To save credits, you can set `min_containers=0` and `scaledown_window=300` — this way, no container stays warm by default, and a new one will spin up only when `.remote()` is called (i.e., on cold start).

![image.png](attachment:4a22e438-6b25-4c69-9439-99d146ffd188.png)


In [None]:
Pricer = modal.Cls.from_name("llm-ft-pricer", "Pricer")
pricer = Pricer()
reply = pricer.price.remote("SEVERIN 28L Microwave, 900W, 5 power levels, 35-min timer, turntable (31.5 cm), Silver, MW 7772")
print(reply)

Now that we’ve deployed our model and learned how to call it remotely with `.remote()`,
let’s go one step further — wrap this logic inside a local Python class.

In the next step, we'll build a local Agent that cleanly interacts with our deployed `Modal app`, using the same `Modal API` under the hood.

## 🔌 Connect to Your Modal App with a Local Agent

`ft_pricer.py` is now a deployed API on Modal. 

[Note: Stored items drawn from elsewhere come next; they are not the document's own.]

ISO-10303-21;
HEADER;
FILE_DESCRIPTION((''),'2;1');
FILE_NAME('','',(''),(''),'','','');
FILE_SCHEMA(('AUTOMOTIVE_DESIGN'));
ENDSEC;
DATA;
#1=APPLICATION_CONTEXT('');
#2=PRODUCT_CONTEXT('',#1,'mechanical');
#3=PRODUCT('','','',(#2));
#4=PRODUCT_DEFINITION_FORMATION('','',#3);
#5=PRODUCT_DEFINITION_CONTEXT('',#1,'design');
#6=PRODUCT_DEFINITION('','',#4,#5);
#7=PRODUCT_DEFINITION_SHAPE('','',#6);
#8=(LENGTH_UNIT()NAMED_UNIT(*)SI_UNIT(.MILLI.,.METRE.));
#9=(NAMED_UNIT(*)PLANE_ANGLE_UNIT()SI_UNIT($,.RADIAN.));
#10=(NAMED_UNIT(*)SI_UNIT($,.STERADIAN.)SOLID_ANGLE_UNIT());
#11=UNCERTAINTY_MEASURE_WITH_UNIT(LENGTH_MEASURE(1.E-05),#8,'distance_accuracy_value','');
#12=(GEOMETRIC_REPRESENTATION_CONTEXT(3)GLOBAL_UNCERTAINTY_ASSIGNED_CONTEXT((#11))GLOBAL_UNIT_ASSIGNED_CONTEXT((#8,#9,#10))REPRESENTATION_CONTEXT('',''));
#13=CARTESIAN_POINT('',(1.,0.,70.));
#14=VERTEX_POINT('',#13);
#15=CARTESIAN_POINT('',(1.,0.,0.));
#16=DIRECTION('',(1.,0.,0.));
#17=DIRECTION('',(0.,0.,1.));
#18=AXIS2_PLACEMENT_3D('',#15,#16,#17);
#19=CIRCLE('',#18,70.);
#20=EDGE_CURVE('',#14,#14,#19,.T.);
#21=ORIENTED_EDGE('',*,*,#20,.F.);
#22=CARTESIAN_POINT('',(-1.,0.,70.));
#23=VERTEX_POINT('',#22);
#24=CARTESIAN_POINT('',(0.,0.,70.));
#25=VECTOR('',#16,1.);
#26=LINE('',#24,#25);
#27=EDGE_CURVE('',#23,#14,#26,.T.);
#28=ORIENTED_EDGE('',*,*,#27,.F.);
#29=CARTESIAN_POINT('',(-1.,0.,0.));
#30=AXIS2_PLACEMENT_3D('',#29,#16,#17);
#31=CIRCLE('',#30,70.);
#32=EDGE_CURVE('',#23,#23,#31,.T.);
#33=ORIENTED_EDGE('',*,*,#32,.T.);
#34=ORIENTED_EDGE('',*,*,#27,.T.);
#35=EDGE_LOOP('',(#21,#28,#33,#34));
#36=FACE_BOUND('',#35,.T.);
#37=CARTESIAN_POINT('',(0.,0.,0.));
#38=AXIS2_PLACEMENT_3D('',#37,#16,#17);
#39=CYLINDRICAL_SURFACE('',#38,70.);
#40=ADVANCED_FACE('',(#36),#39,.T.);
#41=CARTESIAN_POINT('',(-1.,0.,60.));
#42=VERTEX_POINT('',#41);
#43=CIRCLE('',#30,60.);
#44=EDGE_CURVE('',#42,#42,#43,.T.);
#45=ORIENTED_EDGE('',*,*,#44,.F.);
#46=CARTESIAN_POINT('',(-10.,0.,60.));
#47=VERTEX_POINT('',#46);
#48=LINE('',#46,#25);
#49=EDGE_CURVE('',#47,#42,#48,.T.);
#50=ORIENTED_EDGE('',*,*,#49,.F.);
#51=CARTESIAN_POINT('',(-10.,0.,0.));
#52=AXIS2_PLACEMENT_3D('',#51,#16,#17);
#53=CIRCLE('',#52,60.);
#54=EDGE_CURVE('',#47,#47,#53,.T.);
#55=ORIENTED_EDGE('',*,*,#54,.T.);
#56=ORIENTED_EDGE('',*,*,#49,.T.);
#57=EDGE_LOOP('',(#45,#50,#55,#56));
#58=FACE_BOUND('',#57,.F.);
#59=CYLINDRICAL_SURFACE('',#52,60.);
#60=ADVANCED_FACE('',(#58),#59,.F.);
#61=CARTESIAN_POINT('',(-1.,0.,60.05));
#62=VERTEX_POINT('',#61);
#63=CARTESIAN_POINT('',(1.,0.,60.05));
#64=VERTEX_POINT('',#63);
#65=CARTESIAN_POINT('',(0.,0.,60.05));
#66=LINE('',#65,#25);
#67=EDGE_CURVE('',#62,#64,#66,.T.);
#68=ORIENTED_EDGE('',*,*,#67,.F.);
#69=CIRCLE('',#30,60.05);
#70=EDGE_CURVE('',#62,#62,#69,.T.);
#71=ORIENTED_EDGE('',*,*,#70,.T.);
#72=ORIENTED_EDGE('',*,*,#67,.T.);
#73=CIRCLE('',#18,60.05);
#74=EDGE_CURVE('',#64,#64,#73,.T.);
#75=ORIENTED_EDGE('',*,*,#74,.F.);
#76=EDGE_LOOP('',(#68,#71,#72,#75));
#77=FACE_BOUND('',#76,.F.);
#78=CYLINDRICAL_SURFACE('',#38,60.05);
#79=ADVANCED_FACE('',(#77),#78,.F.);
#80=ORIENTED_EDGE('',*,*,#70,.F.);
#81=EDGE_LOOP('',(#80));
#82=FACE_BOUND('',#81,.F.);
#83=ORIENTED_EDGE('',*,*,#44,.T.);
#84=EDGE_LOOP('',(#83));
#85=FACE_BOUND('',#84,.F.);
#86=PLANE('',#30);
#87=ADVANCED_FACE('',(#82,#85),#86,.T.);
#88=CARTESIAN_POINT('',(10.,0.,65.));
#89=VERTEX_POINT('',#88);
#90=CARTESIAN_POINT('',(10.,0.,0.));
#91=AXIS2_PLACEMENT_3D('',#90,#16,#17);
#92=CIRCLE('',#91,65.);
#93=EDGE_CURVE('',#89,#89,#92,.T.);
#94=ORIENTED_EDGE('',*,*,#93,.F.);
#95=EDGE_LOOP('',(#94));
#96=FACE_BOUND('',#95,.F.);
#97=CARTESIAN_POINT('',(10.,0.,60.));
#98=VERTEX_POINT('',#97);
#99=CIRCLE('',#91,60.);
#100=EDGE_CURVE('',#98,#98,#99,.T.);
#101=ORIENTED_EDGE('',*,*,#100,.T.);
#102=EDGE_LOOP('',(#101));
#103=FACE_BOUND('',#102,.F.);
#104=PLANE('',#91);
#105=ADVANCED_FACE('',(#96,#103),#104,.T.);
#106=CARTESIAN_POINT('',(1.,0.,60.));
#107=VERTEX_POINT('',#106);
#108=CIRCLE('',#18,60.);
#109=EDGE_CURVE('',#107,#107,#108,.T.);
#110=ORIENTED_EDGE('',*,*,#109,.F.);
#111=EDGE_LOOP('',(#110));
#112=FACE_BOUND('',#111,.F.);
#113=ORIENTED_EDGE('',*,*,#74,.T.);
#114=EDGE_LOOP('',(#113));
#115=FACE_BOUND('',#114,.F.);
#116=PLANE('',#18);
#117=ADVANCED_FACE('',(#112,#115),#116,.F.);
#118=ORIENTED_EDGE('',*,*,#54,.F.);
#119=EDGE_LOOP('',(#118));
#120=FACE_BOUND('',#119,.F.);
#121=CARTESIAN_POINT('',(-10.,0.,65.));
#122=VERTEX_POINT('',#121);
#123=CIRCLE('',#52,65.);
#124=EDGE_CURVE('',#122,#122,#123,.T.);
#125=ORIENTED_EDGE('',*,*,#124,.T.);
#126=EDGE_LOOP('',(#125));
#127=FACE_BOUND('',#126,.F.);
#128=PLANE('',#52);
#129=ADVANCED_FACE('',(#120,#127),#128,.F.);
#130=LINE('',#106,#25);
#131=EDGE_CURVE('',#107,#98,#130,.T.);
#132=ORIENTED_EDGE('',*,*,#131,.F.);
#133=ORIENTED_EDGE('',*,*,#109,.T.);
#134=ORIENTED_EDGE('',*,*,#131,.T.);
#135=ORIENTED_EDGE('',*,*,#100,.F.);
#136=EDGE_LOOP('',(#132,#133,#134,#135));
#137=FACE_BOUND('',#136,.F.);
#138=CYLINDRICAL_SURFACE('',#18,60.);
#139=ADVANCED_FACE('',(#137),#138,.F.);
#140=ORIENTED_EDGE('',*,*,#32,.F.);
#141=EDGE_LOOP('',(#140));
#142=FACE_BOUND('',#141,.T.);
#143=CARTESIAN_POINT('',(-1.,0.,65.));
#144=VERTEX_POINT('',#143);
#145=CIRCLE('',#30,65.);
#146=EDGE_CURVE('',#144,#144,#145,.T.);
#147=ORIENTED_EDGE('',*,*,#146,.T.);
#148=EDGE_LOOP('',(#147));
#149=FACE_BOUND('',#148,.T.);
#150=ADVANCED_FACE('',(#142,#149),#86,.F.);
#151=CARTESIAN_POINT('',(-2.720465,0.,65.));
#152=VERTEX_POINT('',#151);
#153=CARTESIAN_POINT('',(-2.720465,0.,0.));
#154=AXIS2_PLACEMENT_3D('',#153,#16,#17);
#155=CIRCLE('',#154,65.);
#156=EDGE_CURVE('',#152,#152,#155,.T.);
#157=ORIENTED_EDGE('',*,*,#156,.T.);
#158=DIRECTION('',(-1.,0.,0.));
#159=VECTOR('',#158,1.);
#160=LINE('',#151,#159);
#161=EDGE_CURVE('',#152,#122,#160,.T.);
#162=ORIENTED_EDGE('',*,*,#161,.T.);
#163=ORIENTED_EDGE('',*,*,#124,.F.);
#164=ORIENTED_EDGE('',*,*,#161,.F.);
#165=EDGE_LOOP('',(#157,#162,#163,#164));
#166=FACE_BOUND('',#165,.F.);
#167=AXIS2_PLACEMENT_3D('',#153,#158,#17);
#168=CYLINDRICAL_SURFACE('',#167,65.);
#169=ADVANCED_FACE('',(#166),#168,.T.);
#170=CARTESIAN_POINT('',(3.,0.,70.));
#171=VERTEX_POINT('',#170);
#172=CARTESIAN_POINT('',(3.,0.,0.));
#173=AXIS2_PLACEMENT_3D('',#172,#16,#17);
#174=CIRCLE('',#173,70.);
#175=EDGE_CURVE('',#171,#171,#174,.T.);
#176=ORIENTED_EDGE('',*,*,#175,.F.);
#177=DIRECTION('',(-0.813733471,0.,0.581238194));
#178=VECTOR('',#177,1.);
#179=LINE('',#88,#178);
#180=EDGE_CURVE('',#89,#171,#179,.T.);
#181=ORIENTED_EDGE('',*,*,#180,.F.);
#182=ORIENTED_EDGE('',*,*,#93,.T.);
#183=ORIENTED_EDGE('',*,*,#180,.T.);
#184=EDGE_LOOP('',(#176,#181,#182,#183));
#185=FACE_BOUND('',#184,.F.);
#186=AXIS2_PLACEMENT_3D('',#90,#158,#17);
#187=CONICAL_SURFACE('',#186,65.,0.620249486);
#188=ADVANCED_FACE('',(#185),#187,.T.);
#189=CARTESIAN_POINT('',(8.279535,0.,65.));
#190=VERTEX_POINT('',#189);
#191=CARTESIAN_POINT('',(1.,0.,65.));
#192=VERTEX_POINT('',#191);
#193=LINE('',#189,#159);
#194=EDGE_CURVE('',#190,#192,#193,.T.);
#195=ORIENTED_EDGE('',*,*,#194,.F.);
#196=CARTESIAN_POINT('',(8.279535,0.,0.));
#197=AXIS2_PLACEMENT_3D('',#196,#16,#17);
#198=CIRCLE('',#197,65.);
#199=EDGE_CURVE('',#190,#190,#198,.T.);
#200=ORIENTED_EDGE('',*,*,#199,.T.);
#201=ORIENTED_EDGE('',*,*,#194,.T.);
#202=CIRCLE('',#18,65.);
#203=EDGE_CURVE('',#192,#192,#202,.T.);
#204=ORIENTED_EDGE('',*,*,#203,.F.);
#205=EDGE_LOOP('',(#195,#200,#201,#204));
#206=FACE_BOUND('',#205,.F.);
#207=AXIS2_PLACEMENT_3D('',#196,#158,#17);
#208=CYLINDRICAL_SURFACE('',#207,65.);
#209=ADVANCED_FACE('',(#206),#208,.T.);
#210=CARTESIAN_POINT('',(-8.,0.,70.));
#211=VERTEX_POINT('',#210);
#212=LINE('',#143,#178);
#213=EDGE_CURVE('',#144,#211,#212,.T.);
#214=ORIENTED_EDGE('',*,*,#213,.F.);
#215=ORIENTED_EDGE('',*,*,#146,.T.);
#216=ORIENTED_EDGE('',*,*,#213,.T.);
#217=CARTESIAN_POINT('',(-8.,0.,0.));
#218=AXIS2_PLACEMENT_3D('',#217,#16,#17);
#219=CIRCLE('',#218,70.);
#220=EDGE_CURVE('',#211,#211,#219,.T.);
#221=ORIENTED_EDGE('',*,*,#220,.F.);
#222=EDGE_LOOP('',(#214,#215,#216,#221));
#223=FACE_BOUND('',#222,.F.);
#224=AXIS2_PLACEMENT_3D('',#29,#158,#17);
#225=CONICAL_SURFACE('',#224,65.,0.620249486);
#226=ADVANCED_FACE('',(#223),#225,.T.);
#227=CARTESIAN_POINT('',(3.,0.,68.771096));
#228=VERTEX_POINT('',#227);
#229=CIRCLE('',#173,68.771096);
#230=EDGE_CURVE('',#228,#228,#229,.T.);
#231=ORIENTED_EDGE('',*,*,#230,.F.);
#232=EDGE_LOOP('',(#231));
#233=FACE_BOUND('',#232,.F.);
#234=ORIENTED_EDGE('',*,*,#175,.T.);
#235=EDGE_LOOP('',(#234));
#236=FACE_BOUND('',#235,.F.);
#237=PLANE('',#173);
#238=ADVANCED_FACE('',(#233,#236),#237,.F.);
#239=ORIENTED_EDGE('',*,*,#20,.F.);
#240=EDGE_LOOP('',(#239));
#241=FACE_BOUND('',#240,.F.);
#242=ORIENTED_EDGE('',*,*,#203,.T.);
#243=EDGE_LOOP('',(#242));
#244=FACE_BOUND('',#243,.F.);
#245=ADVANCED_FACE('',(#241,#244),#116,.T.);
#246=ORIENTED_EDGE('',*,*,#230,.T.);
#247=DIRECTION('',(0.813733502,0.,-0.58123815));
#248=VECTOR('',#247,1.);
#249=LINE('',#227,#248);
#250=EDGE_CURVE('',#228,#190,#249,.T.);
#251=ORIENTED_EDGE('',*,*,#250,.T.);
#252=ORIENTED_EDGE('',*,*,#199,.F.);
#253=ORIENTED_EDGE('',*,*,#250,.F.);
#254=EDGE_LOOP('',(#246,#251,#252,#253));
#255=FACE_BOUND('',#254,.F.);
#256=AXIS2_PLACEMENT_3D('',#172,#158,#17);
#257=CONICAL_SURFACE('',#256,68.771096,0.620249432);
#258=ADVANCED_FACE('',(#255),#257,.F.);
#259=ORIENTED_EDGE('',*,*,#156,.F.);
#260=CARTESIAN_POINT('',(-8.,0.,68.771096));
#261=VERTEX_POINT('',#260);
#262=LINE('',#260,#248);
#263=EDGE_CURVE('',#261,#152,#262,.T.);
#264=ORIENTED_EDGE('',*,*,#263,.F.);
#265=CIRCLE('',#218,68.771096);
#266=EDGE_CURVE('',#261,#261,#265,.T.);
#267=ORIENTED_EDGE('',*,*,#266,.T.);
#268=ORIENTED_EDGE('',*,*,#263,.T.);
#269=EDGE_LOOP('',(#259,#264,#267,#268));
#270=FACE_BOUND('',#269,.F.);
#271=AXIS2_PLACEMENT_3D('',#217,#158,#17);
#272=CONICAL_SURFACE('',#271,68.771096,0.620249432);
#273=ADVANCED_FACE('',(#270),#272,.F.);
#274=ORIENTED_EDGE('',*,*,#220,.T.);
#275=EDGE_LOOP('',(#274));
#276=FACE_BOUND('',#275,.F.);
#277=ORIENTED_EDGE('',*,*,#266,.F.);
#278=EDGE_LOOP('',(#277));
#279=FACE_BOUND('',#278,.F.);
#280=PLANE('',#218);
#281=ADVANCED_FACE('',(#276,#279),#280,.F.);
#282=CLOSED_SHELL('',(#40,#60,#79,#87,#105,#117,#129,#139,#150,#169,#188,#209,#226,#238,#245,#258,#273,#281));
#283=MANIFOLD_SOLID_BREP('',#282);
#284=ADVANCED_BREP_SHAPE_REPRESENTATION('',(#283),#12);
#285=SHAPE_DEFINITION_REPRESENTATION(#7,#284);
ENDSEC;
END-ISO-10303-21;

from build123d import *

# Parameters (mm, degrees)
F0_W = 2
F0_H = 9.95


with BuildPart() as f1:
    # F0 (on Front) → F1 (revolve)
    with BuildSketch(Plane.XZ):
        with Locations((0, 65.025)):
            Rectangle(F0_W, F0_H)
    revolve(axis=Axis((8.224491, 0, 0), (1, 0, 0)))

    # F2 (on Front) → F3 (revolve)
    with BuildSketch(Plane.XZ):
        Polygon((-2.720465, 65), (-10, 65), (-10, 60), (-1, 60), (-1, 65), (-8, 70), (-8, 68.771096), align=None)
        Polygon((8.279535, 65), (1, 65), (1, 60), (10, 60), (10, 65), (3, 70), (3, 68.771096), align=None)
    revolve(axis=Axis((3.221242, 0, 0), (1, 0, 0)))


solid = f1.part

To use it locally, we’ll wrap it in a class called `FTPriceAgent` (Full code: `\agents\ft_price_agent.py)` that:

- Connects to the remote app via `modal.Cls.from_name(...)`  
- Calls `.price.remote(...)` to run predictions  

🔄 **Two API Calls:** happen
1. `modal.Cls.from_name(...)` → fetches the deployed class  
2. `.price.remote(...)` → runs the remote method on Modal  

This keeps our code clean and modular.

In [None]:
from agents.ft_price_agent import FTPriceAgent

agent = FTPriceAgent()
agent.price("Apple AirPods Max wireless over-ear headphones with active noise cancellation and spatial audio")

Now that we’ve seen how Modal agents work — connecting to remote services and running `.remote()` — we’ll use the same pattern for the rest of our models.

✅ For each model — **XGBoost**, **GPT-4o RAG**, and the **Ensemble** — we’ll build a dedicated Agent.